Aim of the exercise: In the entries that follow, the first line to write out is the one containing "circle A1 centre (-28.0003, -13.4843)", and the last is the one containing "circle A6 centre". Reproduce that stretch exactly, with nothing before or after it.
*** Opening Dataset ***
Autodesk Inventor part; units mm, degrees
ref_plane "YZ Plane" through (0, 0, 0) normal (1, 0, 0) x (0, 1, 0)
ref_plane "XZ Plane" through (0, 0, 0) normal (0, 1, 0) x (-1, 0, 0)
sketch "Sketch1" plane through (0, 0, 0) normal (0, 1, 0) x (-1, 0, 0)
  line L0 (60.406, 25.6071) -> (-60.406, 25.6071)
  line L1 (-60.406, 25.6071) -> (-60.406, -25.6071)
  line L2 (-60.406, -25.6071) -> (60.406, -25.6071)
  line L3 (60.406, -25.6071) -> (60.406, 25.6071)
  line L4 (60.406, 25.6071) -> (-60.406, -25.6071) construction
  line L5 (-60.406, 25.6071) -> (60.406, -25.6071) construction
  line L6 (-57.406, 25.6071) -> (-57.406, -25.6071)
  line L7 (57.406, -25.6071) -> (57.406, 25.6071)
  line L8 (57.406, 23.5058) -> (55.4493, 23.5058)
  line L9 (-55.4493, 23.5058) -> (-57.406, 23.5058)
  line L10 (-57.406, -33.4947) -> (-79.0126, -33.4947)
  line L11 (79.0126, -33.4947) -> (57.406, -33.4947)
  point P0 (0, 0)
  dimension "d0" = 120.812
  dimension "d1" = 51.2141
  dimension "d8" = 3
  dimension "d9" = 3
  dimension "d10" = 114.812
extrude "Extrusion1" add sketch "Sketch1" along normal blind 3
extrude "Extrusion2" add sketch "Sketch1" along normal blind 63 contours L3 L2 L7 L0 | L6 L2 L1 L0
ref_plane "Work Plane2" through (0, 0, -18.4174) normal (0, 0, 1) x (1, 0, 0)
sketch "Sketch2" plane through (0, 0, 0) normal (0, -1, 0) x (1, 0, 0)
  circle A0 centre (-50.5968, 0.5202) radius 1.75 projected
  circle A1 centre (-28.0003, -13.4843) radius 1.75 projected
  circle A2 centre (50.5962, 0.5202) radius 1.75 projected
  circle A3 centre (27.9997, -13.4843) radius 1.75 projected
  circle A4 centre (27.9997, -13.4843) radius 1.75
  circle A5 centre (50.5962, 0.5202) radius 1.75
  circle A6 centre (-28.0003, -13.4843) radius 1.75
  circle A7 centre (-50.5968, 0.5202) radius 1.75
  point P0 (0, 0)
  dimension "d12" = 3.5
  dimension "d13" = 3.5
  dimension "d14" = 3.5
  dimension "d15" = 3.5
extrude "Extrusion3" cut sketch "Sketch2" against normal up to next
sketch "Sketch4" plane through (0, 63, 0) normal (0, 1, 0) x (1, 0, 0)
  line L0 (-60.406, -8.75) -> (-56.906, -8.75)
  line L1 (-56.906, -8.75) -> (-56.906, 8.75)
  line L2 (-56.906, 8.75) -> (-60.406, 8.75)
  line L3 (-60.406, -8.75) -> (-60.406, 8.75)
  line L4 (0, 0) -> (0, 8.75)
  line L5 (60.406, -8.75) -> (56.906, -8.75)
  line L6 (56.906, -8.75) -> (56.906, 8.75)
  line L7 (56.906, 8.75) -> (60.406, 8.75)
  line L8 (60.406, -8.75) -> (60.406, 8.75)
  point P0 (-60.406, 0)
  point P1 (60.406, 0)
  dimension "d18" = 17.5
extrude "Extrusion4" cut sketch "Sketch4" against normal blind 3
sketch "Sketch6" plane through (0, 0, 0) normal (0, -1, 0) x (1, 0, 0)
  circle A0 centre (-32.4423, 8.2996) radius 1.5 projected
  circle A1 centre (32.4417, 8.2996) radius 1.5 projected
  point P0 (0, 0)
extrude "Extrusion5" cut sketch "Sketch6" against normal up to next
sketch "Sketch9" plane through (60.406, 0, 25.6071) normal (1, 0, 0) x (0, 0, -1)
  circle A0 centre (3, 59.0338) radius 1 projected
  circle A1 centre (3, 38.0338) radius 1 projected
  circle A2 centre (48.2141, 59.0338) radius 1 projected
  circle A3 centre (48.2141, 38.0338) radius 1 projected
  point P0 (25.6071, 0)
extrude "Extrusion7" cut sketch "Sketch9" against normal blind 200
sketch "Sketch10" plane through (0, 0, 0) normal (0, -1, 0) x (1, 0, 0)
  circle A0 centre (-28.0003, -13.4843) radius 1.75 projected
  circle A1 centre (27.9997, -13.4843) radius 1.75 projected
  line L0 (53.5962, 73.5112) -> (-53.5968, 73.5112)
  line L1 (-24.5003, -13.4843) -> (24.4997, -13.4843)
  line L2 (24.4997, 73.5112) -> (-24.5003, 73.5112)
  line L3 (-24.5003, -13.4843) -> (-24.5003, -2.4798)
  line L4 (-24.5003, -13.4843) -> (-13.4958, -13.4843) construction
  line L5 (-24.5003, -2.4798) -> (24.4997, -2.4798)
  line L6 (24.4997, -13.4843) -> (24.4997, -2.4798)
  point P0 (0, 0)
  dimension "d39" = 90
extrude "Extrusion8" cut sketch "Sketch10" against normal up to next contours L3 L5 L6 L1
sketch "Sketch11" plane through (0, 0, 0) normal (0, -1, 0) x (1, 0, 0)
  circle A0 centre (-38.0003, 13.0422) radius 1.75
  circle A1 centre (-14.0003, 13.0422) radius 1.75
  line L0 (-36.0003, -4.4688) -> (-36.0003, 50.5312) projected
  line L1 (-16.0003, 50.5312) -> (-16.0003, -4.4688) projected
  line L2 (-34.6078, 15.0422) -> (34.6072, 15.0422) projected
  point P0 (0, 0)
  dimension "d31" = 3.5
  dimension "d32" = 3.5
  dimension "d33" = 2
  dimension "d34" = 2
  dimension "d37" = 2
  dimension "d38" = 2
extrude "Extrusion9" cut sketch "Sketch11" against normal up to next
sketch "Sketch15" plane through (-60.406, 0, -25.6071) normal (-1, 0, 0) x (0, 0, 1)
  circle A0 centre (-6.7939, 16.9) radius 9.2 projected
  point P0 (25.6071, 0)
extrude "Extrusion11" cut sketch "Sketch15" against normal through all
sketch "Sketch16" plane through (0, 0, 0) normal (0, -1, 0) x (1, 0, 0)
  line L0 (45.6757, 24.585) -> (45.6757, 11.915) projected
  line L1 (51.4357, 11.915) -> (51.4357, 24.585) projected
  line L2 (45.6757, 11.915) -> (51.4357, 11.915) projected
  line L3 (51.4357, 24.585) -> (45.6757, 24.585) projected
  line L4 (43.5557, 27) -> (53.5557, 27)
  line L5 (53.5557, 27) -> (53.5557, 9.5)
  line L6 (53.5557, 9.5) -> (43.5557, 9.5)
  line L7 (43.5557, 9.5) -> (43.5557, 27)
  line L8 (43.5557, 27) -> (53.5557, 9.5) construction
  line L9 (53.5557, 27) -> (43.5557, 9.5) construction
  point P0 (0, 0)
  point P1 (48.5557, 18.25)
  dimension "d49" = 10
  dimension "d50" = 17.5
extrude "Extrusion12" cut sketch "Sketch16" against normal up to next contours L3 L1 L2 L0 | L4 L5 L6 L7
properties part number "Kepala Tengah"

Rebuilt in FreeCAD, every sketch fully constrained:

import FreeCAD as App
import Part
import Sketcher

V = App.Vector
Q = App.Units.Quantity


def add_polygon(sketch, points):
    """Adds a closed chain of lines whose ends are joined by coincident constraints."""
    first, n = sketch.GeometryCount, len(points)
    for a, b in zip(points, points[1:] + points[:1]):
        sketch.addGeometry(Part.LineSegment(App.Vector(*a, 0), App.Vector(*b, 0)), False)
    for i in range(n):
        sketch.addConstraint(Sketcher.Constraint("Coincident", first + i, 2, first + (i + 1) % n, 1))

doc = App.newDocument("Part")
params = doc.addObject("Spreadsheet::Sheet", "Params")
for row, (alias, value) in enumerate([
    ("pad1_length", "3 mm"),
    ("sketch2_width", "3 mm"),
    ("pad2_length", "63 mm"),
    ("sketch3_diameter", "3.5 mm"),
    ("sketch4_height", "17.5 mm"),
    ("sketch4_width", "3.5 mm"),
    ("pocket2_length", "3 mm"),
    ("sketch5_diameter", "3 mm"),
    ("pocket3_length", "3 mm"),
    ("sketch6_diameter", "2 mm"),
    ("pocket4_length", "200 mm"),
    ("sketch7_width", "49 mm"),
    ("sketch8_diameter", "3.5 mm"),
    ("sketch9_diameter", "18.4 mm"),
    ("sketch10_width", "10 mm"),
    ("sketch10_height", "17.5 mm"),
], start=1):
    params.set(f"A{row}", alias)
    params.set(f"B{row}", "=" + value)
    params.setAlias(f"B{row}", alias)

body = doc.addObject("PartDesign::Body", "Body")

sketch1 = body.newObject("Sketcher::SketchObject", "Sketch")
sketch1.AttachmentSupport = (doc.getObject("XZ_Plane"), [""])
sketch1.MapMode = "FlatFace"
add_polygon(sketch1, [(-60, -26), (-60, 26), (60, 26), (60, -26)])
sketch1.addConstraint([
    Sketcher.Constraint("Vertical", 0),
    Sketcher.Constraint("Horizontal", 1),
    Sketcher.Constraint("Vertical", 2),
    Sketcher.Constraint("Horizontal", 3),
    Sketcher.Constraint("Symmetric", 0, 2, 2, 2, -1, 1),
    Sketcher.Constraint("DistanceX", 1, 1, 1, 2, Q("120.812 mm")),
    Sketcher.Constraint("DistanceY", 0, 1, 0, 2, Q("51.2142 mm")),
])
pad1 = body.newObject("PartDesign::Pad", "Pad")
pad1.Profile = sketch1
pad1.setExpression("Length", "Params.pad1_length")
pad1.Reversed = True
*** Closing Dataset ***
Answer to the problem:
  circle A1 centre (-28.0003, -13.4843) radius 1.75 projected
  circle A2 centre (50.5962, 0.5202) radius 1.75 projected
  circle A3 centre (27.9997, -13.4843) radius 1.75 projected
  circle A4 centre (27.9997, -13.4843) radius 1.75
  circle A5 centre (50.5962, 0.5202) radius 1.75
  circle A6 centre (-28.0003, -13.4843) radius 1.75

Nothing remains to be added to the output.